▶ _WORK INSTRUCTION_
Among the records below, find the line that has "extrude(amount=BORE_DEPTH, both=True, mode=Mode.SUBTRACT)"; from there, give the lines again exactly, and stop after the line that has "Rebuilt in FreeCAD, every".

[Dataset entries]
▬▬▬▬▬▬

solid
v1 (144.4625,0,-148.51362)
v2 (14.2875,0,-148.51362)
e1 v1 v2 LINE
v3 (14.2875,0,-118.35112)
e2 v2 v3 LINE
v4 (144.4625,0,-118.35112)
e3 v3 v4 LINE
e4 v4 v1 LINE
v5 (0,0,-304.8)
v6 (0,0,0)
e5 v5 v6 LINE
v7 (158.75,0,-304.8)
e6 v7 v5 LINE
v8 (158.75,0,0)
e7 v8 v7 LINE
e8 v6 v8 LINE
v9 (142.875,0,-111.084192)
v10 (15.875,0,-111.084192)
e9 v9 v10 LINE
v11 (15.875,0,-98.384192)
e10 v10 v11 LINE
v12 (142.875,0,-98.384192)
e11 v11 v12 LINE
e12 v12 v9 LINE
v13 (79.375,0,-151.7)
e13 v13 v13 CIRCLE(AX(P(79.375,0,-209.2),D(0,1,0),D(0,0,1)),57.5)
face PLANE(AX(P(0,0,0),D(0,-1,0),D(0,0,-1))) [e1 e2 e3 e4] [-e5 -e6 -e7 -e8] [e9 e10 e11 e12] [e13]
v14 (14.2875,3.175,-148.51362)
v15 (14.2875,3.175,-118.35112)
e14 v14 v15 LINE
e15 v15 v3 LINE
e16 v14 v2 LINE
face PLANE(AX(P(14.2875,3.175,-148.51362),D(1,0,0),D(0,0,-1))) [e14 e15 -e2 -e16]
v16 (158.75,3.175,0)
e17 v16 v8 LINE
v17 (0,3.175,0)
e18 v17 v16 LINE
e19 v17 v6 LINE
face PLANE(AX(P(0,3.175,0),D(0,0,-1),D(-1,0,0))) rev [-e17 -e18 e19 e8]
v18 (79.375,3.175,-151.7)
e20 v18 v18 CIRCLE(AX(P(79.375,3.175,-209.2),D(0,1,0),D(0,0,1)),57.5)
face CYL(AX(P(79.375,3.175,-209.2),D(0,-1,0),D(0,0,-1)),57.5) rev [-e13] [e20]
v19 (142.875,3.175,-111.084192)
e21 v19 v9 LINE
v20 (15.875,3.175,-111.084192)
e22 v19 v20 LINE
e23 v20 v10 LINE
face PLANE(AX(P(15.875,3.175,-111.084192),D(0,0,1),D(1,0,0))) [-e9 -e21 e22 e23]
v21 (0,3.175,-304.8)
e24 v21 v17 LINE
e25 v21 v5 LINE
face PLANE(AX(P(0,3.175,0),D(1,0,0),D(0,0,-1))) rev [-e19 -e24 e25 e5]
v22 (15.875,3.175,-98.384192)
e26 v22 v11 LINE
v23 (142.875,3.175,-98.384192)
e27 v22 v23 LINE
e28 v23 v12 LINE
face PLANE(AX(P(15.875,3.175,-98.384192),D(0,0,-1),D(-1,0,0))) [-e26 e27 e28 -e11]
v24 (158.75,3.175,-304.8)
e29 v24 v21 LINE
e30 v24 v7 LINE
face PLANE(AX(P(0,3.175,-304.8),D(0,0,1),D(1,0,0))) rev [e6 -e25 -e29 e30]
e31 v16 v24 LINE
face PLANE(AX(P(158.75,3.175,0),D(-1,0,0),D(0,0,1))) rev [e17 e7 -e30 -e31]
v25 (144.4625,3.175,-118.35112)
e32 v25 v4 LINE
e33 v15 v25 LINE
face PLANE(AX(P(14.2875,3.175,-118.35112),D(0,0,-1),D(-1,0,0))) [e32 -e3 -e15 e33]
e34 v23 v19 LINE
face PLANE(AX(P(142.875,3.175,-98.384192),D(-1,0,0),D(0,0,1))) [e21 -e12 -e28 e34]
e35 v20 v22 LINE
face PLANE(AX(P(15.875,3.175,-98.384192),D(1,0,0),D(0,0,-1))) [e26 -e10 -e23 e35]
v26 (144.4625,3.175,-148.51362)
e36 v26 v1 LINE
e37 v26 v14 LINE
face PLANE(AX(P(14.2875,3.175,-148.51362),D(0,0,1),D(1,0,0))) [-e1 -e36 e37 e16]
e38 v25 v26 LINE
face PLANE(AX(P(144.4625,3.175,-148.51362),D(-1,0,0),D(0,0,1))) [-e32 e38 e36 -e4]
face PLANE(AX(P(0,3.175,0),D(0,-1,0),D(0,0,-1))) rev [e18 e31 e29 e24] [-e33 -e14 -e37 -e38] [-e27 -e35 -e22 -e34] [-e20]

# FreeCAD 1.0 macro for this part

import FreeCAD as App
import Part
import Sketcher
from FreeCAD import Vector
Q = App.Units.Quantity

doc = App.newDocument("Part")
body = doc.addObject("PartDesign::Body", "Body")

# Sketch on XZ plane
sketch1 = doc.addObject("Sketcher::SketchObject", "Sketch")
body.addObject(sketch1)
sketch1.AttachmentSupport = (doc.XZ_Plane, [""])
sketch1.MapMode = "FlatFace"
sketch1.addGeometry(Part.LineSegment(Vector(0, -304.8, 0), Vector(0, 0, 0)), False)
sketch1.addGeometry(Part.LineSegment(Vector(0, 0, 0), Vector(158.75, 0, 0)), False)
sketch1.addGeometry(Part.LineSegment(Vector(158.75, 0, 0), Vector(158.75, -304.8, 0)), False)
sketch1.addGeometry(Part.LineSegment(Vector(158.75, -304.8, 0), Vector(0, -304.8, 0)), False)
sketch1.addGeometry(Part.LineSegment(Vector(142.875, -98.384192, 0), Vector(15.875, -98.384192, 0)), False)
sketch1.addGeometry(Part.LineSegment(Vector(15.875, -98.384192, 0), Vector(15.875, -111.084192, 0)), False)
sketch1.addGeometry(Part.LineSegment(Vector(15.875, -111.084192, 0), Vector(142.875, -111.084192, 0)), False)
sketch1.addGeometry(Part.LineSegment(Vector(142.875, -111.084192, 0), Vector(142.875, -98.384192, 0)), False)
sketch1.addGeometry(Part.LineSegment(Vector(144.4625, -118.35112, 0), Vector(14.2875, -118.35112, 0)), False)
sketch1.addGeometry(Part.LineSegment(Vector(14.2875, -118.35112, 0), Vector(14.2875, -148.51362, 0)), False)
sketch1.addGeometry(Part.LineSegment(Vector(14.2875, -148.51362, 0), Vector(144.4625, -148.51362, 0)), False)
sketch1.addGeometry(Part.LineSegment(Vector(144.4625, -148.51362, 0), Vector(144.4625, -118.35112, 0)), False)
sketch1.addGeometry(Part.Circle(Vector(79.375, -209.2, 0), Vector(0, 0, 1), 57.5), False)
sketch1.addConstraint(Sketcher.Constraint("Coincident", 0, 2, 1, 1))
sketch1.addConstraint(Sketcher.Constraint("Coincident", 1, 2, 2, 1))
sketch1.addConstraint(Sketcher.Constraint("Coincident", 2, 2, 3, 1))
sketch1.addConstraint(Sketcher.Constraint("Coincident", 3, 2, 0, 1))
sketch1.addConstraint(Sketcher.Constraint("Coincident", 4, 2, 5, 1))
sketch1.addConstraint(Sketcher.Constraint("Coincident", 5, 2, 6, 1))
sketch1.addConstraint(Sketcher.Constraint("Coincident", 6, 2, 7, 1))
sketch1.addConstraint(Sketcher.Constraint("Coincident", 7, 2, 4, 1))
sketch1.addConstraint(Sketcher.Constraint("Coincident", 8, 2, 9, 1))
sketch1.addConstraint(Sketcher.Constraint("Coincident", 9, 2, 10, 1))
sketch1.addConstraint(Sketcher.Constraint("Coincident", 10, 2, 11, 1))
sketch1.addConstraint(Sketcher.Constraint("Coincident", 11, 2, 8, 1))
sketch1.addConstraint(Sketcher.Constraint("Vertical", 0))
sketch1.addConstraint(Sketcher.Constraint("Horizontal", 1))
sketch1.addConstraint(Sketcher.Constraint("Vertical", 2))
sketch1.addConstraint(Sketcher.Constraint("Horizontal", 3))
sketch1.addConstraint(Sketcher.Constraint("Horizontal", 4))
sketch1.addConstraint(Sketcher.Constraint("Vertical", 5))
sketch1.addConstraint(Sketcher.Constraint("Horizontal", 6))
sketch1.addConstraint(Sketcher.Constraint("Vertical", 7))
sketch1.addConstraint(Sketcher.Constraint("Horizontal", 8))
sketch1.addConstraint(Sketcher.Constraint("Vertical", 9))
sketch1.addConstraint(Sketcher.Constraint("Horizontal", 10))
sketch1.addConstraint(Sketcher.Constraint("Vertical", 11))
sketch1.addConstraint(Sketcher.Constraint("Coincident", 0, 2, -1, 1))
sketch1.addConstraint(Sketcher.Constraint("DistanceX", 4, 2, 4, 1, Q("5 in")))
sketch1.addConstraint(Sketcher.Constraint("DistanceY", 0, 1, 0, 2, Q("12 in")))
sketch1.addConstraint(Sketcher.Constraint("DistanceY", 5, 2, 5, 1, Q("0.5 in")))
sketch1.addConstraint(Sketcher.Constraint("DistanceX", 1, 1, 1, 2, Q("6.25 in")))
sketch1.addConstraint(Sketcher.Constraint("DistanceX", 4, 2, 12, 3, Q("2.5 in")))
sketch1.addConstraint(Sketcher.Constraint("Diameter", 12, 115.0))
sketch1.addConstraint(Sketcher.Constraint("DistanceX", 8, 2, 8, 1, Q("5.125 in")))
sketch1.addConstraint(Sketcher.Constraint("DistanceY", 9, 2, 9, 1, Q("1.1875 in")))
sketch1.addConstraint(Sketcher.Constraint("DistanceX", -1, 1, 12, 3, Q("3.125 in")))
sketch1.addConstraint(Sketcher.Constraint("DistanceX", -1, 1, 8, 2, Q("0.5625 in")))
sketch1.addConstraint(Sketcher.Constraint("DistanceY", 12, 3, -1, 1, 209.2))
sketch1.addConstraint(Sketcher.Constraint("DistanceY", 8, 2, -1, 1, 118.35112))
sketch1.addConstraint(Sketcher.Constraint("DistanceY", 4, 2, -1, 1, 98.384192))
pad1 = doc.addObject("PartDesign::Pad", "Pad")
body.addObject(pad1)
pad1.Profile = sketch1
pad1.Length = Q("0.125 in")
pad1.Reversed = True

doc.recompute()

▬▬▬▬▬▬

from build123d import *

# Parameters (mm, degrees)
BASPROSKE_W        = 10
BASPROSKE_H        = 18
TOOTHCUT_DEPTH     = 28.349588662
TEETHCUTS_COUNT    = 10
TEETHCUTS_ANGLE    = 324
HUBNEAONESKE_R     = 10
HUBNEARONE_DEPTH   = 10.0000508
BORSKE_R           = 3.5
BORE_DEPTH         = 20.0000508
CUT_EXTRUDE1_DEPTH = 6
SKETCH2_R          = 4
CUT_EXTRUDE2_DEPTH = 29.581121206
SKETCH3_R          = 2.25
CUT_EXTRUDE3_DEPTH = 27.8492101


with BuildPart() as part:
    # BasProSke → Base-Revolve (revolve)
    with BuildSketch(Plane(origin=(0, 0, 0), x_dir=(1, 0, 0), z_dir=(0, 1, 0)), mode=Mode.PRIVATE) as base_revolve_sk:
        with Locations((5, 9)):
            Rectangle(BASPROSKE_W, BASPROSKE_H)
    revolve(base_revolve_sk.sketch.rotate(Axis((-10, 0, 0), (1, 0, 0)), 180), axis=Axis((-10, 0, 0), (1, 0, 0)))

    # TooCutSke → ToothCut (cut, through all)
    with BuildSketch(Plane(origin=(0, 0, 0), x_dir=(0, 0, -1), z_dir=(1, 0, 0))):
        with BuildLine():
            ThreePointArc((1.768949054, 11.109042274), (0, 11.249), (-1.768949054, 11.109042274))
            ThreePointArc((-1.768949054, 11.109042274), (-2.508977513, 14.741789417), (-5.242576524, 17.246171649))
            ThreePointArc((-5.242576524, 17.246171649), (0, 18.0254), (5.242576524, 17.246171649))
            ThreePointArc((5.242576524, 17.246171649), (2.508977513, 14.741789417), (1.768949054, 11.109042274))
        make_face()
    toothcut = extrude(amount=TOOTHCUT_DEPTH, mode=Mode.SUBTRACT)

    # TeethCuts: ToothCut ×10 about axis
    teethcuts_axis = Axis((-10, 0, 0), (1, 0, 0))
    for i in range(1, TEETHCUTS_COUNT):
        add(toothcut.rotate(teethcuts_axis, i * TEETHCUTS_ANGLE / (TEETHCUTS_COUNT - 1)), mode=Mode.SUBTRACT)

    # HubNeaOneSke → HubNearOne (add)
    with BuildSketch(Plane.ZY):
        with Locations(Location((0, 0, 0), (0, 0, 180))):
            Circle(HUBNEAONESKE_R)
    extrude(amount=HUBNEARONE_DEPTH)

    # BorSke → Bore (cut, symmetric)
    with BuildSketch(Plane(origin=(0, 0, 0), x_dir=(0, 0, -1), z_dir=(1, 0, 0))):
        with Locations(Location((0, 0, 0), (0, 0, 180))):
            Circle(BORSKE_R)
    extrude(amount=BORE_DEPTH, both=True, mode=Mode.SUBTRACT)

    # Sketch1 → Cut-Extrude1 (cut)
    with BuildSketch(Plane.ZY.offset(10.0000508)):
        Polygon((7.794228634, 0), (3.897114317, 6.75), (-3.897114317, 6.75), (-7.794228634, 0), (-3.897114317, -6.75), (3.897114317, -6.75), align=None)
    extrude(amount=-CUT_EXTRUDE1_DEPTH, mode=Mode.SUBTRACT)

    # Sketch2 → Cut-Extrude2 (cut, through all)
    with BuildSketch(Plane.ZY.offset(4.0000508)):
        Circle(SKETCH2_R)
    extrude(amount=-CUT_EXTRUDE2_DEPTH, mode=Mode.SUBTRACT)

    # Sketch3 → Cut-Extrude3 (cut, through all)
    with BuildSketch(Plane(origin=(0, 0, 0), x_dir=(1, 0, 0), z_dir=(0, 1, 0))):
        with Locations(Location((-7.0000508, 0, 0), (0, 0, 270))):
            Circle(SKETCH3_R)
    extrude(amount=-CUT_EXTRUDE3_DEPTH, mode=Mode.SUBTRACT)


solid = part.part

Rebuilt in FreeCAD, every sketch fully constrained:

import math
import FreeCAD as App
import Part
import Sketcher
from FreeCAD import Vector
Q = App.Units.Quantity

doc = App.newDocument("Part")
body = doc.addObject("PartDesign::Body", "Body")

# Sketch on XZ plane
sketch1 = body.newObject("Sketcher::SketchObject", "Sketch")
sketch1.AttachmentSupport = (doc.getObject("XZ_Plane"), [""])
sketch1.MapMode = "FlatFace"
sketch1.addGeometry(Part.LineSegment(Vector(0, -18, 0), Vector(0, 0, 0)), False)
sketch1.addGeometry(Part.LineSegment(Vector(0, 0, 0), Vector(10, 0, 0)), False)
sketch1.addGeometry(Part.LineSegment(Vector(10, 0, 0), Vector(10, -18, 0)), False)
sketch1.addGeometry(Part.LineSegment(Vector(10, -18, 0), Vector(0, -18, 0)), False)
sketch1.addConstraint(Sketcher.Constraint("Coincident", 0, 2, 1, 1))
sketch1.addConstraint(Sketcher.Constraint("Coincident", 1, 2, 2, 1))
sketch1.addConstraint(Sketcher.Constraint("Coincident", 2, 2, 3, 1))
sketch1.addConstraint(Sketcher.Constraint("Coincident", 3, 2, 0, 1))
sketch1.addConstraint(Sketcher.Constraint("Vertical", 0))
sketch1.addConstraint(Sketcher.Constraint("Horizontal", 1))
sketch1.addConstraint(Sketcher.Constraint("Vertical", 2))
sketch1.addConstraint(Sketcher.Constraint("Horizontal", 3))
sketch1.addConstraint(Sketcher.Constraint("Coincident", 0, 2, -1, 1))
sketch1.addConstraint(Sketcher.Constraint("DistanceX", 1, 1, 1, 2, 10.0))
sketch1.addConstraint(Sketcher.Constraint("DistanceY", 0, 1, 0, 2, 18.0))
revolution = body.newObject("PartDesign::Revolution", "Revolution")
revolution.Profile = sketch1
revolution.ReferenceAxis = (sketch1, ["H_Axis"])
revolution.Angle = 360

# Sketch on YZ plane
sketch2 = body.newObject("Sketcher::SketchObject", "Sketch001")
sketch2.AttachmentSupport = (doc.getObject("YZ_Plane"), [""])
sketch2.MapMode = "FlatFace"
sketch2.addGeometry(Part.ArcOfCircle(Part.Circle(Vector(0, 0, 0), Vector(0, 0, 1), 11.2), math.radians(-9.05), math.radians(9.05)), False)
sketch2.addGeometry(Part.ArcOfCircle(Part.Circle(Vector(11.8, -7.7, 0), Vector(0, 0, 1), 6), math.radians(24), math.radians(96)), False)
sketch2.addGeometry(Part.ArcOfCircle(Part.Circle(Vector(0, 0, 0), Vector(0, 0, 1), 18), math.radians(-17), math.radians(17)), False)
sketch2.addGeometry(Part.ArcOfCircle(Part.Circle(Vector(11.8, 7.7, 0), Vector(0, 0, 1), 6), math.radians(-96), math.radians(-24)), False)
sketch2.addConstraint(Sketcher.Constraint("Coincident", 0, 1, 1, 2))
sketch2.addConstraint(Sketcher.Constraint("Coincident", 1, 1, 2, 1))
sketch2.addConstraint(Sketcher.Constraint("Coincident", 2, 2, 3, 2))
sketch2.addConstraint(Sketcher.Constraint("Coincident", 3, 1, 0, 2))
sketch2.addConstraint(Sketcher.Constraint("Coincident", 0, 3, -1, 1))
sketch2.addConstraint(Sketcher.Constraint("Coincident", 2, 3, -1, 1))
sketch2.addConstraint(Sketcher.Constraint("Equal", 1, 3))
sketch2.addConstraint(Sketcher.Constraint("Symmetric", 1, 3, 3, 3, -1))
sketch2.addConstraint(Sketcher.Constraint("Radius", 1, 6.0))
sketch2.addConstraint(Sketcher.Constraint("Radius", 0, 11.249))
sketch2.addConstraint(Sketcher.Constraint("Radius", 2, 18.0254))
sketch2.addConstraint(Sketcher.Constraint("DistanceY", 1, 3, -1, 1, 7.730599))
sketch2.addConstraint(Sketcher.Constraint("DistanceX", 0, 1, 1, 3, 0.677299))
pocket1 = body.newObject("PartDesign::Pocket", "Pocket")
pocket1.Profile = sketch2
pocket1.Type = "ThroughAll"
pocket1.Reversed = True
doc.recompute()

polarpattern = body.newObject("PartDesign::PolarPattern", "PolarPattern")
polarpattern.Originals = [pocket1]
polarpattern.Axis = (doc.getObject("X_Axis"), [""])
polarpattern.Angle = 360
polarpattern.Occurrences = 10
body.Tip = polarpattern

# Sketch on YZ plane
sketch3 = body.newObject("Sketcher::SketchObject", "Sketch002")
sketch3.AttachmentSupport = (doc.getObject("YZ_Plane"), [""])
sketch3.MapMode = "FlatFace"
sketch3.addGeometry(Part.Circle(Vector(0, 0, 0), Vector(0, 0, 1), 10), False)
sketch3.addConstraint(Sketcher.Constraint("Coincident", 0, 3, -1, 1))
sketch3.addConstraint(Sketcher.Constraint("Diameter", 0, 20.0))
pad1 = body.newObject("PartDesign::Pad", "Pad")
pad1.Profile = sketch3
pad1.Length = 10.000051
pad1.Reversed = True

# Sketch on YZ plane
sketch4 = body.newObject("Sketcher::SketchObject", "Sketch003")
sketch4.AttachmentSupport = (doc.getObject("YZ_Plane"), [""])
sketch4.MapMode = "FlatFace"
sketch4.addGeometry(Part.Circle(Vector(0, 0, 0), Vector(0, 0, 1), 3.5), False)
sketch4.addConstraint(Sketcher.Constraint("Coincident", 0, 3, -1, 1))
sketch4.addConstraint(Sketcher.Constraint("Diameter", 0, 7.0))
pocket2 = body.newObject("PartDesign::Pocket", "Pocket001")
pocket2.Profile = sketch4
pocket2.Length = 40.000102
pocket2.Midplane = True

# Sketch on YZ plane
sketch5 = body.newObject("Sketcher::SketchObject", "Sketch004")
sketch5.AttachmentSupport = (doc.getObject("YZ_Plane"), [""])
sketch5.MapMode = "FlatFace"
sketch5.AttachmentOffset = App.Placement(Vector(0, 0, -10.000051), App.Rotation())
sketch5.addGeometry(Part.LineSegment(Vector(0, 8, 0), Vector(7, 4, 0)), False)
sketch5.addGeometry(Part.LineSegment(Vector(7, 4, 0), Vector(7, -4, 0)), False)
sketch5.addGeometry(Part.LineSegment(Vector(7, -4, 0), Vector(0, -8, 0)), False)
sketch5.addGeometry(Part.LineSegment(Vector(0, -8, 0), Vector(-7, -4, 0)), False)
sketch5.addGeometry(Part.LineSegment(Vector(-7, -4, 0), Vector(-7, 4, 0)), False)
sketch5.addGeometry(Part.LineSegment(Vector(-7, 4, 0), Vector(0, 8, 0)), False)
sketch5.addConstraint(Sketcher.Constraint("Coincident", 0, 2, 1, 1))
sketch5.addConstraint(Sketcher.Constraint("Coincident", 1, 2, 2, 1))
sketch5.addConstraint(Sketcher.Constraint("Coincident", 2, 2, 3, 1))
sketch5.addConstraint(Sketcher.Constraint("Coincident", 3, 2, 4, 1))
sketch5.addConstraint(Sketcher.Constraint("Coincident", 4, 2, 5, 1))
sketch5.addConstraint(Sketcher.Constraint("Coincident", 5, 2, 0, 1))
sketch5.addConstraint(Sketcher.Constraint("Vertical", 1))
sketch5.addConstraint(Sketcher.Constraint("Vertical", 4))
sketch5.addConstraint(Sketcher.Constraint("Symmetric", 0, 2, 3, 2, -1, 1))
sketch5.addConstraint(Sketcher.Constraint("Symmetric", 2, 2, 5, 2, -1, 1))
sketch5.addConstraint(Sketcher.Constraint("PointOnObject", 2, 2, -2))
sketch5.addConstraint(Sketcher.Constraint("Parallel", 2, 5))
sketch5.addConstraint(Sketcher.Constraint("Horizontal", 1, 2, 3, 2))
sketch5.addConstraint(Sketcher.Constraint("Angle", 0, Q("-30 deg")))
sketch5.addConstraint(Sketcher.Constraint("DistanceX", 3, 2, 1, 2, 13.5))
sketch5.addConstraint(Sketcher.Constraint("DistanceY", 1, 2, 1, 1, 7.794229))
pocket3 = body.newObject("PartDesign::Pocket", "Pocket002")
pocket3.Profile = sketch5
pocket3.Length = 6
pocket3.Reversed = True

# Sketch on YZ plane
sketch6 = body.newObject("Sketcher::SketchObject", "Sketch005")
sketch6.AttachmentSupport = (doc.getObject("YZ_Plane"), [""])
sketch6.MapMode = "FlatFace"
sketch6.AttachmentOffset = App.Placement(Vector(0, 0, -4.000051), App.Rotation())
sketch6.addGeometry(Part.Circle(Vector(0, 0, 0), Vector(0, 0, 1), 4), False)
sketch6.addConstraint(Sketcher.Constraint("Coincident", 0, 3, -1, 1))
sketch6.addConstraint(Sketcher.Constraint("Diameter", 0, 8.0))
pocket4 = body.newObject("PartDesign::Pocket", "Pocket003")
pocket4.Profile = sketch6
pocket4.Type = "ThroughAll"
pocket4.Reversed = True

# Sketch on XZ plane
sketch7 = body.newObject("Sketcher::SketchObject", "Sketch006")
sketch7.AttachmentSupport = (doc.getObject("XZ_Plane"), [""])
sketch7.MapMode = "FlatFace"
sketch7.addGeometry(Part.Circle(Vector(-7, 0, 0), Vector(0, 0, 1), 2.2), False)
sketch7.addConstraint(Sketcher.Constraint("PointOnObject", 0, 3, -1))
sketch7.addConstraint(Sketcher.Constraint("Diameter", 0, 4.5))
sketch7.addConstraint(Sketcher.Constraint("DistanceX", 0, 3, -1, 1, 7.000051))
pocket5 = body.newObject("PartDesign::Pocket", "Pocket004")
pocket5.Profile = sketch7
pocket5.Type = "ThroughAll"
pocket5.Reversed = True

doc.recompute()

▬▬▬▬▬▬

▶ _TASK OUTPUT_
    extrude(amount=BORE_DEPTH, both=True, mode=Mode.SUBTRACT)

    # Sketch1 → Cut-Extrude1 (cut)
    with BuildSketch(Plane.ZY.offset(10.0000508)):
        Polygon((7.794228634, 0), (3.897114317, 6.75), (-3.897114317, 6.75), (-7.794228634, 0), (-3.897114317, -6.75), (3.897114317, -6.75), align=None)
    extrude(amount=-CUT_EXTRUDE1_DEPTH, mode=Mode.SUBTRACT)

    # Sketch2 → Cut-Extrude2 (cut, through all)
    with BuildSketch(Plane.ZY.offset(4.0000508)):
        Circle(SKETCH2_R)
    extrude(amount=-CUT_EXTRUDE2_DEPTH, mode=Mode.SUBTRACT)

    # Sketch3 → Cut-Extrude3 (cut, through all)
    with BuildSketch(Plane(origin=(0, 0, 0), x_dir=(1, 0, 0), z_dir=(0, 1, 0))):
        with Locations(Location((-7.0000508, 0, 0), (0, 0, 270))):
            Circle(SKETCH3_R)
    extrude(amount=-CUT_EXTRUDE3_DEPTH, mode=Mode.SUBTRACT)


solid = part.part

Rebuilt in FreeCAD, every sketch fully constrained:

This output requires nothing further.